> _Exercise brief_:
Copy out each line in the listing below where the word "degrees" appears.
*** Data under study ***
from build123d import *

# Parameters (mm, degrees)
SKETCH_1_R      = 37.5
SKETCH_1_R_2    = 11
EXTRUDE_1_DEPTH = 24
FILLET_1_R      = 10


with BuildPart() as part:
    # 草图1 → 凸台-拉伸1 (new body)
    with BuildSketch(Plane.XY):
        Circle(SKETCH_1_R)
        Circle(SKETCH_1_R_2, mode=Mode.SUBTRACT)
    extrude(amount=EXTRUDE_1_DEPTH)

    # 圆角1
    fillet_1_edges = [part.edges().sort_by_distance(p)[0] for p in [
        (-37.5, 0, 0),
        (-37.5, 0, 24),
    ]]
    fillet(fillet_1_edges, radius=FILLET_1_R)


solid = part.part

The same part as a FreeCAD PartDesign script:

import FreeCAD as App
import Part
import Sketcher

V = App.Vector
Q = App.Units.Quantity


def edges_at(feature, points):
    """Names of the edges that pass closest to the given points."""
    edges = feature.Shape.Edges
    near = lambda p: min(range(len(edges)), key=lambda i: edges[i].distToShape(Part.Vertex(*p))[0])
    return sorted({f"Edge{near(p) + 1}" for p in points})

doc = App.newDocument("Part")
body = doc.addObject("PartDesign::Body", "Body")

# Sketch on XY plane
sketch1 = body.newObject("Sketcher::SketchObject", "Sketch")
sketch1.AttachmentSupport = (doc.getObject("XY_Plane"), [""])
sketch1.MapMode = "FlatFace"
sketch1.addGeometry([
    Part.Circle(V(0, 0, 0), V(0, 0, 1), 38),
    Part.Circle(V(0, 0, 0), V(0, 0, 1), 11),
], False)
sketch1.addConstraint([
    Sketcher.Constraint("Coincident", 0, 3, -1, 1),
    Sketcher.Constraint("Coincident", 1, 3, -1, 1),
    Sketcher.Constraint("Diameter", 0, Q("75 mm")),
    Sketcher.Constraint("Diameter", 1, Q("22 mm")),
])
pad1 = body.newObject("PartDesign::Pad", "Pad")
pad1.Profile = sketch1
pad1.Length = 24
doc.recompute()

fillet = body.newObject("PartDesign::Fillet", "Fillet")
fillet.Base = (pad1, edges_at(pad1, [(-37.5, 0, 0), (-37.5, 0, 24)]))
fillet.Radius = 10

doc.recompute()
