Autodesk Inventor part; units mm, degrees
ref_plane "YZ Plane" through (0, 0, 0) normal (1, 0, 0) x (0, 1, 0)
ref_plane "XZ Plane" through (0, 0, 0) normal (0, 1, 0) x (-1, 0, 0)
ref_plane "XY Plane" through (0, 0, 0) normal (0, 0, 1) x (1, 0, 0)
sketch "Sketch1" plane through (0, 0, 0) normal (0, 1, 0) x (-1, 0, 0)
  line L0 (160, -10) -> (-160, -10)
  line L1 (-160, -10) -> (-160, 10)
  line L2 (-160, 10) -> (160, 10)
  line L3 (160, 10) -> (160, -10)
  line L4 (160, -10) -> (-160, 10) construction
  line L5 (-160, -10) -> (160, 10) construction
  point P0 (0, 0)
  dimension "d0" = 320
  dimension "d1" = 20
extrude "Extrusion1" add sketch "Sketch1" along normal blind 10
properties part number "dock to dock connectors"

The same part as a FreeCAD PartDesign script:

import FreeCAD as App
import Part
import Sketcher
from FreeCAD import Vector
Q = App.Units.Quantity

doc = App.newDocument("Part")
body = doc.addObject("PartDesign::Body", "Body")

# Sketch on XZ plane
sketch1 = body.newObject("Sketcher::SketchObject", "Sketch")
sketch1.AttachmentSupport = (doc.getObject("XZ_Plane"), [""])
sketch1.MapMode = "FlatFace"
sketch1.addGeometry([
    Part.LineSegment(Vector(160, -10, 0), Vector(-160, -10, 0)),
    Part.LineSegment(Vector(-160, -10, 0), Vector(-160, 10, 0)),
    Part.LineSegment(Vector(-160, 10, 0), Vector(160, 10, 0)),
    Part.LineSegment(Vector(160, 10, 0), Vector(160, -10, 0)),
], False)
sketch1.addConstraint([
    Sketcher.Constraint("Coincident", 0, 2, 1, 1),
    Sketcher.Constraint("Coincident", 1, 2, 2, 1),
    Sketcher.Constraint("Coincident", 2, 2, 3, 1),
    Sketcher.Constraint("Coincident", 3, 2, 0, 1),
    Sketcher.Constraint("Horizontal", 0),
    Sketcher.Constraint("Vertical", 1),
    Sketcher.Constraint("Horizontal", 2),
    Sketcher.Constraint("Vertical", 3),
    Sketcher.Constraint("Symmetric", 0, 2, 2, 2, -1, 1),
    Sketcher.Constraint("DistanceX", 0, 2, 0, 1, Q("320 mm")),
    Sketcher.Constraint("DistanceY", 1, 1, 1, 2, Q("20 mm")),
])
pad1 = body.newObject("PartDesign::Pad", "Pad")
pad1.Profile = sketch1
pad1.Length = 10
pad1.Reversed = True

doc.recompute()
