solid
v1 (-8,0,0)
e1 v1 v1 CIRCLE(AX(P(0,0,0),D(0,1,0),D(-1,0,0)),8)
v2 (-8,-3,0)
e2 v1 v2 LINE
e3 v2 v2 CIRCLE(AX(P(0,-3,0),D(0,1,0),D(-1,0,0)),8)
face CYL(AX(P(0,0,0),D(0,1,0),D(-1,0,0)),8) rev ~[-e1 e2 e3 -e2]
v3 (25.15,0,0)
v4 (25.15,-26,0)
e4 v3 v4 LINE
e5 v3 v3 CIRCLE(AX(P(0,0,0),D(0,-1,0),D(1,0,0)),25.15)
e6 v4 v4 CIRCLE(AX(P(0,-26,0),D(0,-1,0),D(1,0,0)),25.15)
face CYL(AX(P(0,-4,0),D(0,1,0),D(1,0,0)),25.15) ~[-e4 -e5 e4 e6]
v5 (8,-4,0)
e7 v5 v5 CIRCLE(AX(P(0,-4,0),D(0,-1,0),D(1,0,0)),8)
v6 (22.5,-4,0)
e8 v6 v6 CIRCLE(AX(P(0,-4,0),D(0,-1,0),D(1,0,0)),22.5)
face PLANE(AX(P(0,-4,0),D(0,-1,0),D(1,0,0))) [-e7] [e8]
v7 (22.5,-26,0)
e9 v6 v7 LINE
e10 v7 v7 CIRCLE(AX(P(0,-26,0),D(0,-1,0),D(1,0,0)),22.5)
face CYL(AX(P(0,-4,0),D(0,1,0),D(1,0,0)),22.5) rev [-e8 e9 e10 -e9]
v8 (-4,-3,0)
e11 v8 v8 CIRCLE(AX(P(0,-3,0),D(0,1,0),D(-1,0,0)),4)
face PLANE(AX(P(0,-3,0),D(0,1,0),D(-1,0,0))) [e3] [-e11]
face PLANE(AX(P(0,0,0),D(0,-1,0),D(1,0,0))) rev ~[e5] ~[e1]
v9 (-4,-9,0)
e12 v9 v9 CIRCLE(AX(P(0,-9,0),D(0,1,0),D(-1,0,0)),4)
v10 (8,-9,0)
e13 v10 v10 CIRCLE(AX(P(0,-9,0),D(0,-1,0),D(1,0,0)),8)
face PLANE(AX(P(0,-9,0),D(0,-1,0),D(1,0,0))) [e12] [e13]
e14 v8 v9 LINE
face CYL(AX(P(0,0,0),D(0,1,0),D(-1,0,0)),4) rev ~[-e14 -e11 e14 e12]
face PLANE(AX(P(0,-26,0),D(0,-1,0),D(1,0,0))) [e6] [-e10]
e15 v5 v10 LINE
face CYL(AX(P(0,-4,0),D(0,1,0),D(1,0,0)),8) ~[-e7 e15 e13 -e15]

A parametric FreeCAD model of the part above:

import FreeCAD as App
import Part
import Sketcher

V = App.Vector

doc = App.newDocument("Part")
body = doc.addObject("PartDesign::Body", "Body")

sketch1 = doc.addObject("Sketcher::SketchObject", "Sketch")
body.addObject(sketch1)
sketch1.AttachmentSupport = (doc.XZ_Plane, [""])
sketch1.MapMode = "FlatFace"
sketch1.addGeometry(Part.Circle(V(0, 0, 0), V(0, 0, 1), 25), False)
sketch1.addConstraint(Sketcher.Constraint("Coincident", 0, 3, -1, 1))
sketch1.addConstraint(Sketcher.Constraint("Diameter", 0, 50.3))
pad1 = doc.addObject("PartDesign::Pad", "Pad")
body.addObject(pad1)
pad1.Profile = sketch1
pad1.Length = 4

sketch2 = doc.addObject("Sketcher::SketchObject", "Sketch001")
body.addObject(sketch2)
sketch2.AttachmentSupport = (doc.XZ_Plane, [""])
sketch2.MapMode = "FlatFace"
sketch2.AttachmentOffset = App.Placement(V(0, 0, 4), App.Rotation())
sketch2.addGeometry(Part.Circle(V(0, 0, 0), V(0, 0, 1), 25), False)
sketch2.addGeometry(Part.Circle(V(0, 0, 0), V(0, 0, 1), 22), False)
sketch2.addConstraint(Sketcher.Constraint("Coincident", 0, 3, -1, 1))
sketch2.addConstraint(Sketcher.Constraint("Coincident", 1, 3, -1, 1))
sketch2.addConstraint(Sketcher.Constraint("Diameter", 1, 45.0))
sketch2.addConstraint(Sketcher.Constraint("Diameter", 0, 50.3))
pad2 = doc.addObject("PartDesign::Pad", "Pad001")
body.addObject(pad2)
pad2.Profile = sketch2
pad2.Length = 22

sketch3 = doc.addObject("Sketcher::SketchObject", "Sketch002")
body.addObject(sketch3)
sketch3.AttachmentSupport = (doc.XZ_Plane, [""])
sketch3.MapMode = "FlatFace"
sketch3.AttachmentOffset = App.Placement(V(0, 0, 4), App.Rotation())
sketch3.addGeometry(Part.Circle(V(0, 0, 0), V(0, 0, 1), 8), False)
sketch3.addConstraint(Sketcher.Constraint("Coincident", 0, 3, -1, 1))
sketch3.addConstraint(Sketcher.Constraint("Diameter", 0, 16.0))
pad3 = doc.addObject("PartDesign::Pad", "Pad002")
body.addObject(pad3)
pad3.Profile = sketch3
pad3.Length = 5

sketch4 = doc.addObject("Sketcher::SketchObject", "Sketch003")
body.addObject(sketch4)
sketch4.AttachmentSupport = (doc.XZ_Plane, [""])
sketch4.MapMode = "FlatFace"
sketch4.addGeometry(Part.Circle(V(0, 0, 0), V(0, 0, 1), 4), False)
sketch4.addConstraint(Sketcher.Constraint("Coincident", 0, 3, -1, 1))
sketch4.addConstraint(Sketcher.Constraint("Diameter", 0, 8.0))
pocket1 = doc.addObject("PartDesign::Pocket", "Pocket")
body.addObject(pocket1)
pocket1.Profile = sketch4
pocket1.Length = 25
pocket1.Reversed = True

sketch5 = doc.addObject("Sketcher::SketchObject", "Sketch004")
body.addObject(sketch5)
sketch5.AttachmentSupport = (doc.XZ_Plane, [""])
sketch5.MapMode = "FlatFace"
sketch5.addGeometry(Part.Circle(V(0, 0, 0), V(0, 0, 1), 8), False)
sketch5.addConstraint(Sketcher.Constraint("Coincident", 0, 3, -1, 1))
sketch5.addConstraint(Sketcher.Constraint("Diameter", 0, 16.0))
pocket2 = doc.addObject("PartDesign::Pocket", "Pocket001")
body.addObject(pocket2)
pocket2.Profile = sketch5
pocket2.Length = 3
pocket2.Reversed = True

doc.recompute()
***
> _Exercise output_:
# Parameters (mm, degrees)
Autodesk Inventor part; units mm, degrees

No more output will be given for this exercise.